◆ **ASSIGNMENT**
Would you copy the material below word for word, beginning with its first line and ending with the line that contains "#280=PLANE('',#191);"?

◆ **PROVIDED INFORMATION**
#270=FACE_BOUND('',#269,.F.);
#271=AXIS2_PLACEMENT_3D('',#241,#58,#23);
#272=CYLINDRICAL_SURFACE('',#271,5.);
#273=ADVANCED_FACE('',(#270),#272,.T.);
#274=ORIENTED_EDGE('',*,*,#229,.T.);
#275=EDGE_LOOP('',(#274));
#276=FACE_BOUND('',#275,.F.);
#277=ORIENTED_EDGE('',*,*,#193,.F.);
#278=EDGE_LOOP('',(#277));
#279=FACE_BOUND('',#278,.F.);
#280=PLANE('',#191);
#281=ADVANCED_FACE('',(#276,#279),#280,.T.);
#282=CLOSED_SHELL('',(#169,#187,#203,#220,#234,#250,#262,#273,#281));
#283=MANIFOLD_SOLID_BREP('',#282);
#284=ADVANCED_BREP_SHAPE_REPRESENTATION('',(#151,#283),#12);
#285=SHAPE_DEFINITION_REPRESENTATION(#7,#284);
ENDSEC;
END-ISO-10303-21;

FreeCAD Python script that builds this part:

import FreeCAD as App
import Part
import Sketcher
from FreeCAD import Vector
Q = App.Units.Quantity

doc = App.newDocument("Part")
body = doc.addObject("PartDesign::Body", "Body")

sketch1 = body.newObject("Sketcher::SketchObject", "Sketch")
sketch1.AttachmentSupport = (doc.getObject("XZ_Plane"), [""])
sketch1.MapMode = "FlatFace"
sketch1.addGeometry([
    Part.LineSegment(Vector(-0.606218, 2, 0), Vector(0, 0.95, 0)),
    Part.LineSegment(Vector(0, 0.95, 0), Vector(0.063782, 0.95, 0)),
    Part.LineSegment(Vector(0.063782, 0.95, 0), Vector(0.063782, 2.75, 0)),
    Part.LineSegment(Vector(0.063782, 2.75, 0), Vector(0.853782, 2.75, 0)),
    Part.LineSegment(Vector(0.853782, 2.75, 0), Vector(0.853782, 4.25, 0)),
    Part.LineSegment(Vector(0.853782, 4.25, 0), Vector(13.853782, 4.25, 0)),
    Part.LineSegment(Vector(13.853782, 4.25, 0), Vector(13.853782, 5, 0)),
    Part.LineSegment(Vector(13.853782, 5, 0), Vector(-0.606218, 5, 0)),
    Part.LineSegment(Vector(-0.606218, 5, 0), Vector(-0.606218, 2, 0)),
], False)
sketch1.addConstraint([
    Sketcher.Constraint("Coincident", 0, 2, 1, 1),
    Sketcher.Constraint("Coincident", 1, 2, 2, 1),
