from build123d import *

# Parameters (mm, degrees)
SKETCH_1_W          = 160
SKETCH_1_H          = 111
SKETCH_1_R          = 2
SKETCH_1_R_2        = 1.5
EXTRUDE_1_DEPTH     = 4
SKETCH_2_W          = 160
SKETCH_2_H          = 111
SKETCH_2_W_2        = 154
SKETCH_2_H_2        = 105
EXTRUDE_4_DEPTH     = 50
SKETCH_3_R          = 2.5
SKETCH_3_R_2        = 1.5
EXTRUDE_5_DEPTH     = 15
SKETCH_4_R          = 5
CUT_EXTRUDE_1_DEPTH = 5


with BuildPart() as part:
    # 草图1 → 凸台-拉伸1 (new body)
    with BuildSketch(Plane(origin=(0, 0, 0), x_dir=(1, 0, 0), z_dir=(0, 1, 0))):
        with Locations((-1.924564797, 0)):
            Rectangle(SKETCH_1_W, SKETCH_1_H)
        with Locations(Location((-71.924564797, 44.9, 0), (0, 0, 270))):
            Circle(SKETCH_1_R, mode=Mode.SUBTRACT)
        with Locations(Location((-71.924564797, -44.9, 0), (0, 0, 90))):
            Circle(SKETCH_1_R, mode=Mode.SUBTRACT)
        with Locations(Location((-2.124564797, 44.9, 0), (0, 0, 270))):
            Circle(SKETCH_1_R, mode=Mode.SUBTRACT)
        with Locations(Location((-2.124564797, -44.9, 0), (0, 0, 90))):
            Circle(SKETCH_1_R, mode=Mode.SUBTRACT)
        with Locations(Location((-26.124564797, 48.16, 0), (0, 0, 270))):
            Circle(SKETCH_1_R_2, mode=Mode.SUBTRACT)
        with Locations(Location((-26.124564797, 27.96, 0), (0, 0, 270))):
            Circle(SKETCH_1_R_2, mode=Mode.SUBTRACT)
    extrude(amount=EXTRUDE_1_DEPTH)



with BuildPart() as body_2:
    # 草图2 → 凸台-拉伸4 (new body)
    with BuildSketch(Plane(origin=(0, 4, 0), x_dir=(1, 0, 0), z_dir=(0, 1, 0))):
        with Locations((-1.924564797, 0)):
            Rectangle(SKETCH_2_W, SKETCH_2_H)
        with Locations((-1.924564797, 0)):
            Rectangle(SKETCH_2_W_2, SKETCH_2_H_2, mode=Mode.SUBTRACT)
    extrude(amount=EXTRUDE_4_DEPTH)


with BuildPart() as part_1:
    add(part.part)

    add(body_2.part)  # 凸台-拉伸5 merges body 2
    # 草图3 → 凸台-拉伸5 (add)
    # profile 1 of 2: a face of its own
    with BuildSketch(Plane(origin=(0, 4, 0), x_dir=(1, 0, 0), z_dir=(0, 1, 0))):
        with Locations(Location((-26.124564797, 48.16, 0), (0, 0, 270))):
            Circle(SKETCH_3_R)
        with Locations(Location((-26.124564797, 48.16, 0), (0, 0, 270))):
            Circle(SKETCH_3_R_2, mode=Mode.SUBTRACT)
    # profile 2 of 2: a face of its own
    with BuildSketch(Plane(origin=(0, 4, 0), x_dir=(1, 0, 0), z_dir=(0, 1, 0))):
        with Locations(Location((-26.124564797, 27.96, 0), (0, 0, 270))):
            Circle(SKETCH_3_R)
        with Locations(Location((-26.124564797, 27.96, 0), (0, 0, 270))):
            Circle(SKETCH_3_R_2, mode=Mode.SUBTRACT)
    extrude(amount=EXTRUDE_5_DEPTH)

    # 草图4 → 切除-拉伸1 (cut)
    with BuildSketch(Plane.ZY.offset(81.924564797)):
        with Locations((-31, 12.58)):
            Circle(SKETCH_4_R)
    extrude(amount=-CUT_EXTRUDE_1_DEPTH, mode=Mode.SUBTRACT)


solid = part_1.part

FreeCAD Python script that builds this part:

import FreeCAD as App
import Part
import Sketcher


def add_polygon(sketch, points):
    """Adds a closed chain of lines whose ends are joined by coincident constraints."""
    first, n = sketch.GeometryCount, len(points)
    for a, b in zip(points, points[1:] + points[:1]):
        sketch.addGeometry(Part.LineSegment(App.Vector(*a, 0), App.Vector(*b, 0)), False)
    for i in range(n):
        sketch.addConstraint(Sketcher.Constraint("Coincident", first + i, 2, first + (i + 1) % n, 1))

doc = App.newDocument("Part")
body = doc.addObject("PartDesign::Body", "Body")

# Sketch on XZ plane
sketch1 = body.newObject("Sketcher::SketchObject", "Sketch")
sketch1.AttachmentSupport = (doc.getObject("XZ_Plane"), [""])
sketch1.MapMode = "FlatFace"
add_polygon(sketch1, [(-81.9, -55.5), (-81.9, 55.5), (78.1, 55.5), (78.1, -55.5)])  # lines 0-3
sketch1.addGeometry(Part.Circle(App.Vector(-71.9, 44.9, 0), App.Vector(0, 0, 1), 2), False)  # 4
sketch1.addGeometry(Part.Circle(App.Vector(-2.1, 44.9, 0), App.Vector(0, 0, 1), 2), False)  # 5
sketch1.addGeometry(Part.Circle(App.Vector(-71.9, -44.9, 0), App.Vector(0, 0, 1), 2), False)  # 6
sketch1.addGeometry(Part.Circle(App.Vector(-26.1, -28, 0), App.Vector(0, 0, 1), 1.5), False)  # 7
sketch1.addGeometry(Part.Circle(App.Vector(-26.1, -48.2, 0), App.Vector(0, 0, 1), 1.5), False)  # 8
sketch1.addGeometry(Part.Circle(App.Vector(-2.1, -44.9, 0), App.Vector(0, 0, 1), 2), False)  # 9
sketch1.addConstraint(Sketcher.Constraint("Vertical", 0))
sketch1.addConstraint(Sketcher.Constraint("Horizontal", 1))
sketch1.addConstraint(Sketcher.Constraint("Vertical", 2))
sketch1.addConstraint(Sketcher.Constraint("Horizontal", 3))
sketch1.addConstraint(Sketcher.Constraint("Equal", 4, 5))
sketch1.addConstraint(Sketcher.Constraint("Equal", 5, 6))
sketch1.addConstraint(Sketcher.Constraint("Equal", 7, 8))
sketch1.addConstraint(Sketcher.Constraint("Equal", 6, 9))
sketch1.addConstraint(Sketcher.Constraint("Symmetric", 4, 3, 6, 3, -1))
sketch1.addConstraint(Sketcher.Constraint("Symmetric", 5, 3, 9, 3, -1))
sketch1.addConstraint(Sketcher.Constraint("Horizontal", 4, 3, 5, 3))
sketch1.addConstraint(Sketcher.Constraint("Vertical", 7, 3, 8, 3))
sketch1.addConstraint(Sketcher.Constraint("Diameter", 4, 4.0))
sketch1.addConstraint(Sketcher.Constraint("Diameter", 7, 3.0))
sketch1.addConstraint(Sketcher.Constraint("DistanceX", 1, 1, 1, 2, 160.0))
sketch1.addConstraint(Sketcher.Constraint("DistanceY", 0, 1, 0, 2, 111.0))
sketch1.addConstraint(Sketcher.Constraint("DistanceX", 7, 3, 5, 3, 24.0))
sketch1.addConstraint(Sketcher.Constraint("DistanceX", 0, 2, 4, 3, 10.0))
sketch1.addConstraint(Sketcher.Constraint("DistanceY", -1, 1, 4, 3, 44.9))
sketch1.addConstraint(Sketcher.Constraint("DistanceY", -1, 1, 0, 2, 55.5))
sketch1.addConstraint(Sketcher.Constraint("DistanceX", 4, 3, 5, 3, 69.8))
sketch1.addConstraint(Sketcher.Constraint("DistanceY", 8, 3, 7, 3, 20.2))
sketch1.addConstraint(Sketcher.Constraint("DistanceY", 7, 3, -1, 1, 27.96))
sketch1.addConstraint(Sketcher.Constraint("DistanceX", 4, 3, -1, 1, 71.924565))
pad1 = body.newObject("PartDesign::Pad", "Pad")
pad1.Profile = sketch1
pad1.Length = 4
pad1.Reversed = True
body2 = doc.addObject("PartDesign::Body", "Body001")

# Sketch on XZ plane
sketch2 = body2.newObject("Sketcher::SketchObject", "Sketch001")
sketch2.AttachmentSupport = (doc.getObject("XZ_Plane001"), [""])
sketch2.MapMode = "FlatFace"
sketch2.AttachmentOffset = App.Placement(App.Vector(0, 0, -4), App.Rotation())
add_polygon(sketch2, [(-82, -56), (-82, 56), (78, 56), (78, -56)])  # lines 0-3
add_polygon(sketch2, [(75, 52), (-79, 52), (-79, -52), (75, -52)])  # lines 4-7
sketch2.addConstraint(Sketcher.Constraint("Vertical", 0))
sketch2.addConstraint(Sketcher.Constraint("Horizontal", 1))
sketch2.addConstraint(Sketcher.Constraint("Vertical", 2))
sketch2.addConstraint(Sketcher.Constraint("Horizontal", 3))
sketch2.addConstraint(Sketcher.Constraint("Horizontal", 4))
sketch2.addConstraint(Sketcher.Constraint("Vertical", 5))
sketch2.addConstraint(Sketcher.Constraint("Horizontal", 6))
sketch2.addConstraint(Sketcher.Constraint("Vertical", 7))
sketch2.addConstraint(Sketcher.Constraint("DistanceX", 1, 1, 1, 2, 160.0))
sketch2.addConstraint(Sketcher.Constraint("DistanceX", 4, 2, 4, 1, 154.0))
sketch2.addConstraint(Sketcher.Constraint("DistanceY", 0, 1, 0, 2, 111.0))
sketch2.addConstraint(Sketcher.Constraint("DistanceY", 5, 2, 5, 1, 105.0))
sketch2.addConstraint(Sketcher.Constraint("DistanceX", 0, 2, 4, 2, 3.0))
sketch2.addConstraint(Sketcher.Constraint("DistanceY", 4, 2, 0, 2, 3.0))
sketch2.addConstraint(Sketcher.Constraint("DistanceY", -1, 1, 0, 2, 55.5))
sketch2.addConstraint(Sketcher.Constraint("DistanceX", 0, 2, -1, 1, 81.924565))
pad2 = body2.newObject("PartDesign::Pad", "Pad001")
pad2.Profile = sketch2
pad2.Length = 50
pad2.Reversed = True
doc.recompute()

boolean = body.newObject("PartDesign::Boolean", "Boolean")
boolean.Type = "Fuse"
boolean.addObjects([body2])

# Sketch on XZ plane
sketch3 = body.newObject("Sketcher::SketchObject", "Sketch002")
sketch3.AttachmentSupport = (doc.getObject("XZ_Plane"), [""])
sketch3.MapMode = "FlatFace"
sketch3.AttachmentOffset = App.Placement(App.Vector(0, 0, -4), App.Rotation())
sketch3.addGeometry(Part.Circle(App.Vector(-26.1, -48.2, 0), App.Vector(0, 0, 1), 2.5), False)
sketch3.addGeometry(Part.Circle(App.Vector(-26.1, -48.2, 0), App.Vector(0, 0, 1), 1.5), False)
sketch3.addGeometry(Part.Circle(App.Vector(-26.1, -28, 0), App.Vector(0, 0, 1), 2.5), False)
sketch3.addGeometry(Part.Circle(App.Vector(-26.1, -28, 0), App.Vector(0, 0, 1), 1.5), False)
sketch3.addConstraint(Sketcher.Constraint("Coincident", 1, 3, 0, 3))
sketch3.addConstraint(Sketcher.Constraint("Coincident", 3, 3, 2, 3))
sketch3.addConstraint(Sketcher.Constraint("Equal", 0, 2))
sketch3.addConstraint(Sketcher.Constraint("Equal", 1, 3))
sketch3.addConstraint(Sketcher.Constraint("Vertical", 1, 3, 2, 3))
sketch3.addConstraint(Sketcher.Constraint("Diameter", 0, 5.0))
sketch3.addConstraint(Sketcher.Constraint("Diameter", 1, 3.0))
sketch3.addConstraint(Sketcher.Constraint("DistanceY", 0, 3, 2, 3, 20.2))
sketch3.addConstraint(Sketcher.Constraint("DistanceY", 0, 3, -1, 1, 48.16))
sketch3.addConstraint(Sketcher.Constraint("DistanceX", 0, 3, -1, 1, 26.124565))
pad3 = body.newObject("PartDesign::Pad", "Pad002")
pad3.Profile = sketch3
pad3.Length = 15
pad3.Reversed = True

# Sketch on YZ plane
sketch4 = body.newObject("Sketcher::SketchObject", "Sketch003")
sketch4.AttachmentSupport = (doc.getObject("YZ_Plane"), [""])
sketch4.MapMode = "FlatFace"
sketch4.AttachmentOffset = App.Placement(App.Vector(0, 0, -81.924565), App.Rotation())
sketch4.addGeometry(Part.Circle(App.Vector(13, -31, 0), App.Vector(0, 0, 1), 5), False)
sketch4.addConstraint(Sketcher.Constraint("Diameter", 0, 10.0))
sketch4.addConstraint(Sketcher.Constraint("DistanceY", 0, 3, -1, 1, 31.0))
sketch4.addConstraint(Sketcher.Constraint("DistanceX", -1, 1, 0, 3, 12.58))
pocket1 = body.newObject("PartDesign::Pocket", "Pocket")
pocket1.Profile = sketch4
pocket1.Length = 5
pocket1.Reversed = True

doc.recompute()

◆ **RESPONSE TO THE EXERCISE**
#270=FACE_BOUND('',#269,.F.);
#271=AXIS2_PLACEMENT_3D('',#241,#58,#23);
#272=CYLINDRICAL_SURFACE('',#271,5.);
#273=ADVANCED_FACE('',(#270),#272,.T.);
#274=ORIENTED_EDGE('',*,*,#229,.T.);
#275=EDGE_LOOP('',(#274));
#276=FACE_BOUND('',#275,.F.);
#277=ORIENTED_EDGE('',*,*,#193,.F.);
#278=EDGE_LOOP('',(#277));
#279=FACE_BOUND('',#278,.F.);
#280=PLANE('',#191);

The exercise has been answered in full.